→ YOUR TASK: Somewhere below are a line with "f 441 97 87" and a later line with "f 483 545 543". Output exactly those lines and all lines between them.

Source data

▬▬▬▬▬▬▬▬▬▬

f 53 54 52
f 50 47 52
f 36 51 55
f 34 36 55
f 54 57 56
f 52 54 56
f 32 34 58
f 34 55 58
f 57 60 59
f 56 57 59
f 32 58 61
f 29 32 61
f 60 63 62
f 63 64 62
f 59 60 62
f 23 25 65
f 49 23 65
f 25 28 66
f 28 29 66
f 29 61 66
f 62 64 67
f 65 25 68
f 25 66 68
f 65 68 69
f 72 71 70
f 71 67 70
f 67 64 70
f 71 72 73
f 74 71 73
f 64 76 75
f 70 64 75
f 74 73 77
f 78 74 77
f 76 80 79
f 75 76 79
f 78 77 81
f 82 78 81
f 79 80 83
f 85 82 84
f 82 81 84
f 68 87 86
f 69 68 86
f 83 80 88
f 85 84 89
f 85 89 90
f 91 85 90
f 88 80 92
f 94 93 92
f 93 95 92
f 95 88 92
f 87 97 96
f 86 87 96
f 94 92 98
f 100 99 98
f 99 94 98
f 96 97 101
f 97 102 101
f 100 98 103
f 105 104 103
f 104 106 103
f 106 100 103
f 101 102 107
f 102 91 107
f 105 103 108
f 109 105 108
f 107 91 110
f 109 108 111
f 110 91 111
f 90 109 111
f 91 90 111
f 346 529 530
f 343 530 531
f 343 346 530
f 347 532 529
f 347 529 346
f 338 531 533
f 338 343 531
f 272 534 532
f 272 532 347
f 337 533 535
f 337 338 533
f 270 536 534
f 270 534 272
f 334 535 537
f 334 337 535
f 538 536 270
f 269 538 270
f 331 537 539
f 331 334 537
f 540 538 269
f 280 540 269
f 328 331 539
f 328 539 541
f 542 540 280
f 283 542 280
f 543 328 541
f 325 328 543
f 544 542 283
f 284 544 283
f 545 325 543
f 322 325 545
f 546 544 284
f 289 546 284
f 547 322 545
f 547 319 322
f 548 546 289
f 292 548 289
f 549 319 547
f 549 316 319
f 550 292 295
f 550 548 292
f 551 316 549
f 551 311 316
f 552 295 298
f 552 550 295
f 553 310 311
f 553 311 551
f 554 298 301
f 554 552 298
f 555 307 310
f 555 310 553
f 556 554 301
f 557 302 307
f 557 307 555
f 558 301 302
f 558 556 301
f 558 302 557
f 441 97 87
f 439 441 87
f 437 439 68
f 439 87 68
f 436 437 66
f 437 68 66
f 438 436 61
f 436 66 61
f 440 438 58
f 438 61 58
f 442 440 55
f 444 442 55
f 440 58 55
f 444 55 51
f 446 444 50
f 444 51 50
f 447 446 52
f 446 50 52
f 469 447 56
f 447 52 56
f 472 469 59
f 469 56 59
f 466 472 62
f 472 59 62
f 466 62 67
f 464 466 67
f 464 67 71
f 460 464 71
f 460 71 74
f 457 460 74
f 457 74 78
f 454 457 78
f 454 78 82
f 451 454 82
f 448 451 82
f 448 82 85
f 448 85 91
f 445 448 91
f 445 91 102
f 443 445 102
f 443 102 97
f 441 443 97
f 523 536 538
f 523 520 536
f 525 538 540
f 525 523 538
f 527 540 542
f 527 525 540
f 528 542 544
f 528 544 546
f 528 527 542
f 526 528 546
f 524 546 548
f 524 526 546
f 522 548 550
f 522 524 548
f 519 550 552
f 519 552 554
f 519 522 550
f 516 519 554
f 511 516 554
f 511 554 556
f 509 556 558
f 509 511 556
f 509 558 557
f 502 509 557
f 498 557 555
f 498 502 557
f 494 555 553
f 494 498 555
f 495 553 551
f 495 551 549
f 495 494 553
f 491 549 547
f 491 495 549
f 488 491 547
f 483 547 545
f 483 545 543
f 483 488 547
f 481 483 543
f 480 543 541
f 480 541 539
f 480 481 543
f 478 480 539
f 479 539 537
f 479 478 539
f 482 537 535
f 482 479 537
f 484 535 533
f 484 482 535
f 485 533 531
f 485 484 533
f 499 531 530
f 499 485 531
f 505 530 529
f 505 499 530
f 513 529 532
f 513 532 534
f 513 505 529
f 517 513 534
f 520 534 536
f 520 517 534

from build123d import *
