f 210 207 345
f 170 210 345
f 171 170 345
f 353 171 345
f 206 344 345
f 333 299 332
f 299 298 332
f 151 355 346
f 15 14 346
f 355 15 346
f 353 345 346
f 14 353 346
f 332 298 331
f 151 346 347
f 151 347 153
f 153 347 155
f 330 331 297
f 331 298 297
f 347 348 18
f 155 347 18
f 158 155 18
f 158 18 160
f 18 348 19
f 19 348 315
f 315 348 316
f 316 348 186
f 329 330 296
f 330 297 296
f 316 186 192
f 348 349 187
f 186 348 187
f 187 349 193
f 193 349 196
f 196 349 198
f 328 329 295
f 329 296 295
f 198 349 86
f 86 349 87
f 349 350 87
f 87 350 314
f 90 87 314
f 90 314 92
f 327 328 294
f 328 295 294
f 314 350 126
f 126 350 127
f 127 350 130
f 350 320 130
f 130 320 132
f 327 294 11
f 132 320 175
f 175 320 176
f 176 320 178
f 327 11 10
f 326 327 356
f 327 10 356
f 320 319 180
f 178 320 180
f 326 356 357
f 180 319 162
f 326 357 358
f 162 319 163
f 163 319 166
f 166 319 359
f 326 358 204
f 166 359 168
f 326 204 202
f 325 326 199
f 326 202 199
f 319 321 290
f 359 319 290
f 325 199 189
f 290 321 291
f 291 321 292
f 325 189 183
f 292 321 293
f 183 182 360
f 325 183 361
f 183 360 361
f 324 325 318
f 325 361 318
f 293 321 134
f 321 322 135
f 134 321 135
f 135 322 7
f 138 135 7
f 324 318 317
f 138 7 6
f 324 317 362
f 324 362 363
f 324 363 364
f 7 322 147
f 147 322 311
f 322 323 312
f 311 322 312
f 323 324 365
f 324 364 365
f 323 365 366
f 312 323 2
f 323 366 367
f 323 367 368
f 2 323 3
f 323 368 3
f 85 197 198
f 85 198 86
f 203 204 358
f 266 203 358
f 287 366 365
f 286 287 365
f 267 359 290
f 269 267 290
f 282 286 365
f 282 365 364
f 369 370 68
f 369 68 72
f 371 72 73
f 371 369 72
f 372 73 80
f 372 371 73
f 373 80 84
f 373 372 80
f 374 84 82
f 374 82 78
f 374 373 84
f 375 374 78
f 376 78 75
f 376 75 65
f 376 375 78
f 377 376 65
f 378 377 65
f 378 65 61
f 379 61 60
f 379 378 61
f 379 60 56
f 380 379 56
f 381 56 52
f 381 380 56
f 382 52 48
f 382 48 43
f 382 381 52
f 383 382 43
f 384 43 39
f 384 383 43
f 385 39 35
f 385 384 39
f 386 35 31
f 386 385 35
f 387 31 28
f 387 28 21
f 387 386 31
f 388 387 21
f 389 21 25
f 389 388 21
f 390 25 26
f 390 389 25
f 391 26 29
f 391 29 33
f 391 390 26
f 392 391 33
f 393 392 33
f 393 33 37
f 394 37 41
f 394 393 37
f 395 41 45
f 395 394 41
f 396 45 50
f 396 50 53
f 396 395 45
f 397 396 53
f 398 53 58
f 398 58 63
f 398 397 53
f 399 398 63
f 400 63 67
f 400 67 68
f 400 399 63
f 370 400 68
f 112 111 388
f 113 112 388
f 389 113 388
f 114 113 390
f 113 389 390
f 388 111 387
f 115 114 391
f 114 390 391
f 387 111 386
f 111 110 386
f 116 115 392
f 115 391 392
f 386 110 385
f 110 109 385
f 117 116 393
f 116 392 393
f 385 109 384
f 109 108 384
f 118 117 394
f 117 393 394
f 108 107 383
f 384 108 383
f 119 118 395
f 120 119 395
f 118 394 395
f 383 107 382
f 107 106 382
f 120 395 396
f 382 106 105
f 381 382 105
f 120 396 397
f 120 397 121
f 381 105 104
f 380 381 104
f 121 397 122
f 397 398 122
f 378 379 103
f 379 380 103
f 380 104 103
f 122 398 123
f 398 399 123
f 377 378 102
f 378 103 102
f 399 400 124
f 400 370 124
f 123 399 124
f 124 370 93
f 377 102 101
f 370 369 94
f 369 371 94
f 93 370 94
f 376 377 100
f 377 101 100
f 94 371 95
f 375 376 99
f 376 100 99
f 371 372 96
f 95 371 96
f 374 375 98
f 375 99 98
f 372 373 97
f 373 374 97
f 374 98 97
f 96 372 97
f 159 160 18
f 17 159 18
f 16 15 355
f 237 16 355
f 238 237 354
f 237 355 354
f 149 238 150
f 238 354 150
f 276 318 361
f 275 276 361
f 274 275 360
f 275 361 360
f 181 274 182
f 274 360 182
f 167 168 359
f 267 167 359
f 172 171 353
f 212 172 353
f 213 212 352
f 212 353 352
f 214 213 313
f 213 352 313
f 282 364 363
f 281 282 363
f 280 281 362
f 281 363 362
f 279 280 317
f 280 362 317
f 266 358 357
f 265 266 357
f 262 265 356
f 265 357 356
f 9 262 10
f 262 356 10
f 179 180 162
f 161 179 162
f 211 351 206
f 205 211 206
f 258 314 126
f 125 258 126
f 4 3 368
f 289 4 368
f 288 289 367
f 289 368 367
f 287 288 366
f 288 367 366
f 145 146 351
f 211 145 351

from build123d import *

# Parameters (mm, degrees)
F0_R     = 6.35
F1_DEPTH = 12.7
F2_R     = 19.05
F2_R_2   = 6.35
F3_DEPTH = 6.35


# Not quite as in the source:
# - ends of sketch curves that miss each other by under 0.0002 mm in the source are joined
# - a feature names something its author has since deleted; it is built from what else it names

▬▬▬▬▬▬▬▬▬▬

→ ANSWER AREA:
f 441 97 87
f 439 441 87
f 437 439 68
f 439 87 68
f 436 437 66
f 437 68 66
f 438 436 61
f 436 66 61
f 440 438 58
f 438 61 58
f 442 440 55
f 444 442 55
f 440 58 55
f 444 55 51
f 446 444 50
f 444 51 50
f 447 446 52
f 446 50 52
f 469 447 56
f 447 52 56
f 472 469 59
f 469 56 59
f 466 472 62
f 472 59 62
f 466 62 67
f 464 466 67
f 464 67 71
f 460 464 71
f 460 71 74
f 457 460 74
f 457 74 78
f 454 457 78
f 454 78 82
f 451 454 82
f 448 451 82
f 448 82 85
f 448 85 91
f 445 448 91
f 445 91 102
f 443 445 102
f 443 102 97
f 441 443 97
f 523 536 538
f 523 520 536
f 525 538 540
f 525 523 538
f 527 540 542
f 527 525 540
f 528 542 544
f 528 544 546
f 528 527 542
f 526 528 546
f 524 546 548
f 524 526 546
f 522 548 550
f 522 524 548
f 519 550 552
f 519 552 554
f 519 522 550
f 516 519 554
f 511 516 554
f 511 554 556
f 509 556 558
f 509 511 556
f 509 558 557
f 502 509 557
f 498 557 555
f 498 502 557
f 494 555 553
f 494 498 555
f 495 553 551
f 495 551 549
f 495 494 553
f 491 549 547
f 491 495 549
f 488 491 547
f 483 547 545
f 483 545 543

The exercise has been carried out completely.